ASSIGNMENT. Print the records below from the first line through the line containing "#15=CARTESIAN_POINT('',(-9.75,1.,-3.75));", both included, word for word.
------------------------
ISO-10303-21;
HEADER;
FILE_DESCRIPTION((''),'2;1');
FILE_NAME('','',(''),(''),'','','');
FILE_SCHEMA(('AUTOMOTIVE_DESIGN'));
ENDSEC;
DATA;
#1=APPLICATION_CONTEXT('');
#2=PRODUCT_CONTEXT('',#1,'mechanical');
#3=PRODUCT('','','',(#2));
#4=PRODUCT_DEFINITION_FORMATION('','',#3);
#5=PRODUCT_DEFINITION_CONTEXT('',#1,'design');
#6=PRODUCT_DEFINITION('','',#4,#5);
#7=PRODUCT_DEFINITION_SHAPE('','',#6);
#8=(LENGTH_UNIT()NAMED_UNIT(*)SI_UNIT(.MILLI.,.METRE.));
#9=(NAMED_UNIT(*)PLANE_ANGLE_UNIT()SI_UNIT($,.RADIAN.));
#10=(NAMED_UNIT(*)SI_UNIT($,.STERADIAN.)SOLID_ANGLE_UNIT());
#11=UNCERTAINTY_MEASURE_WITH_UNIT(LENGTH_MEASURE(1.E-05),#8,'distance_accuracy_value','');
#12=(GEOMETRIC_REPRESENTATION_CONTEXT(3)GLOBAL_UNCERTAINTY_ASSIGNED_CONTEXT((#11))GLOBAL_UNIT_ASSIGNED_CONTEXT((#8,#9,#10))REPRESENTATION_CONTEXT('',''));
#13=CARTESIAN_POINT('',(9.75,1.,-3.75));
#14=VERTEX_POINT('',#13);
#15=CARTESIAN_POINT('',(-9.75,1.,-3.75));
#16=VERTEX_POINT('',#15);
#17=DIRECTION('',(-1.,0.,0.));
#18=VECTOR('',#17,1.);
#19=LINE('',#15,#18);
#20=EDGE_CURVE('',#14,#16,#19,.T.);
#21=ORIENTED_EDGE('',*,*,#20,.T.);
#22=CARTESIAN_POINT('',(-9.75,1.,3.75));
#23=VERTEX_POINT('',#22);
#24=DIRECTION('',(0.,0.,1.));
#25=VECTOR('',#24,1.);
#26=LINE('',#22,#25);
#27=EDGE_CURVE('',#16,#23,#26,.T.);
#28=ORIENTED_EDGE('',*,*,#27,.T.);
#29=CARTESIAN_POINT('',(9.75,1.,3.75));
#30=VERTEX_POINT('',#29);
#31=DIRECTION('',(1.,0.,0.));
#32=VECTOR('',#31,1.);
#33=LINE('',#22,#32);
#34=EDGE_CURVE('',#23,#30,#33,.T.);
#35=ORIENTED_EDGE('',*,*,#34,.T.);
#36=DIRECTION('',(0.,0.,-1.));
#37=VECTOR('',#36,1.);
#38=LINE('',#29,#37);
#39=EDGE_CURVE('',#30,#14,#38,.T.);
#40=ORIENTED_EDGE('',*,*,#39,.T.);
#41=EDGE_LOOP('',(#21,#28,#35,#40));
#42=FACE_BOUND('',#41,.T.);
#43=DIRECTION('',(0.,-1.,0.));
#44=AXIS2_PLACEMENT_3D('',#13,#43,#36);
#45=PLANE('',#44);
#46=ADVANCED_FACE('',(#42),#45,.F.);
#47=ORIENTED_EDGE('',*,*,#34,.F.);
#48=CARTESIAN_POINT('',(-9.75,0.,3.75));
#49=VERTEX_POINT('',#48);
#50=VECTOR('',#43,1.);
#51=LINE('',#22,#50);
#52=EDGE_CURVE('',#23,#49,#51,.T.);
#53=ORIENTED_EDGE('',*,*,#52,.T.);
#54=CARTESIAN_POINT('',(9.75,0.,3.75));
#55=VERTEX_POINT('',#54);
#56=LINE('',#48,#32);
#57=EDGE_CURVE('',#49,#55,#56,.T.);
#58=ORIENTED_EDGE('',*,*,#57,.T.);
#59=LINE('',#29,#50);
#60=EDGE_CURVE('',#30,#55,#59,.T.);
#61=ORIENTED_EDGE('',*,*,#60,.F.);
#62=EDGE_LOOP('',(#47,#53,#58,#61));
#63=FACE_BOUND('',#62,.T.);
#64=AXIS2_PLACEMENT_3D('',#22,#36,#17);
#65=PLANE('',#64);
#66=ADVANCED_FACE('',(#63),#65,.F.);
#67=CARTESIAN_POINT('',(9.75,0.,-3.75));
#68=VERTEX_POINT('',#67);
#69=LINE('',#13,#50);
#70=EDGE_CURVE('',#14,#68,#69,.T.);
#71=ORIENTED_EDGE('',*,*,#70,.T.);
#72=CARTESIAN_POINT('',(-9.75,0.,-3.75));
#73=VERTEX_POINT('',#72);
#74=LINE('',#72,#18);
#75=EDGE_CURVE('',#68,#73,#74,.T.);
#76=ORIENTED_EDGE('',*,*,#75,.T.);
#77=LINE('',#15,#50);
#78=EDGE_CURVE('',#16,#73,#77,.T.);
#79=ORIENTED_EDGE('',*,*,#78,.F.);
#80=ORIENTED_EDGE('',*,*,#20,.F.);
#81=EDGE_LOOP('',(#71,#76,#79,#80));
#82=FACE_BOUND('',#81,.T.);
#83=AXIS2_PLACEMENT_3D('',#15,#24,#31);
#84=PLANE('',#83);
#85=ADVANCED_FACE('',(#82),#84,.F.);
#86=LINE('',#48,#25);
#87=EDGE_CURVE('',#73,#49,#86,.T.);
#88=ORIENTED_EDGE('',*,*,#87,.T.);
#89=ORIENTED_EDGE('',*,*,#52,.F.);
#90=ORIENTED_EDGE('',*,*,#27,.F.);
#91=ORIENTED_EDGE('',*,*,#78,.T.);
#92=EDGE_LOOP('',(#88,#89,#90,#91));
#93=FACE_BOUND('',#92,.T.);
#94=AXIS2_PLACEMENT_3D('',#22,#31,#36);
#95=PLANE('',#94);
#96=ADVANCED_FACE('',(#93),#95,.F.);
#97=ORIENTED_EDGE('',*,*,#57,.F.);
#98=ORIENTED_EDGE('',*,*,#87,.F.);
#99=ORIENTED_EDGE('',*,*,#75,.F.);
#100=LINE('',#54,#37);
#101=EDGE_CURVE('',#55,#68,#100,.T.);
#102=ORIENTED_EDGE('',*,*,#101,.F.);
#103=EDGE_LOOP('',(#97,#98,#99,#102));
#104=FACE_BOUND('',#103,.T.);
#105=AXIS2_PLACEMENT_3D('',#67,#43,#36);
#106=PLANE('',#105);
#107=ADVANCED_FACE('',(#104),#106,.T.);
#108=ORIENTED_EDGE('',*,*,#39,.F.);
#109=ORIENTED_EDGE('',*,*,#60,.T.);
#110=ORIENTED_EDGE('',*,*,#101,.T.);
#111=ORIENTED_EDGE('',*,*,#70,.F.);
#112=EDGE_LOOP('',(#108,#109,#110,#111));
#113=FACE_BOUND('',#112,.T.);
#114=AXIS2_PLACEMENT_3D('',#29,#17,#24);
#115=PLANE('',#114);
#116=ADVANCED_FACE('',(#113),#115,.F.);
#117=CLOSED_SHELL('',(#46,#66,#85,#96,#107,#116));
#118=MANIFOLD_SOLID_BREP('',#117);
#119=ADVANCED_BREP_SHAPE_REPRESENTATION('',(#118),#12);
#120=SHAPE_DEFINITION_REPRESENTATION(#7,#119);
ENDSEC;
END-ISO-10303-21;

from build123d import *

# Parameters (mm, degrees)
SKETCH_2_W      = 19.5
SKETCH_2_H      = 7.5
EXTRUDE_1_DEPTH = 1


with BuildPart() as part:
    # 草圖2 → 伸長1 (new body)
    with BuildSketch(Plane(origin=(0, 0, 0), x_dir=(1, 0, 0), z_dir=(0, 1, 0))):
        Rectangle(SKETCH_2_W, SKETCH_2_H)
    extrude(amount=EXTRUDE_1_DEPTH)


solid = part.part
------------------------
TASK SOLUTION.
ISO-10303-21;
HEADER;
FILE_DESCRIPTION((''),'2;1');
FILE_NAME('','',(''),(''),'','','');
FILE_SCHEMA(('AUTOMOTIVE_DESIGN'));
ENDSEC;
DATA;
#1=APPLICATION_CONTEXT('');
#2=PRODUCT_CONTEXT('',#1,'mechanical');
#3=PRODUCT('','','',(#2));
#4=PRODUCT_DEFINITION_FORMATION('','',#3);
#5=PRODUCT_DEFINITION_CONTEXT('',#1,'design');
#6=PRODUCT_DEFINITION('','',#4,#5);
#7=PRODUCT_DEFINITION_SHAPE('','',#6);
#8=(LENGTH_UNIT()NAMED_UNIT(*)SI_UNIT(.MILLI.,.METRE.));
#9=(NAMED_UNIT(*)PLANE_ANGLE_UNIT()SI_UNIT($,.RADIAN.));
#10=(NAMED_UNIT(*)SI_UNIT($,.STERADIAN.)SOLID_ANGLE_UNIT());
#11=UNCERTAINTY_MEASURE_WITH_UNIT(LENGTH_MEASURE(1.E-05),#8,'distance_accuracy_value','');
#12=(GEOMETRIC_REPRESENTATION_CONTEXT(3)GLOBAL_UNCERTAINTY_ASSIGNED_CONTEXT((#11))GLOBAL_UNIT_ASSIGNED_CONTEXT((#8,#9,#10))REPRESENTATION_CONTEXT('',''));
#13=CARTESIAN_POINT('',(9.75,1.,-3.75));
#14=VERTEX_POINT('',#13);
#15=CARTESIAN_POINT('',(-9.75,1.,-3.75));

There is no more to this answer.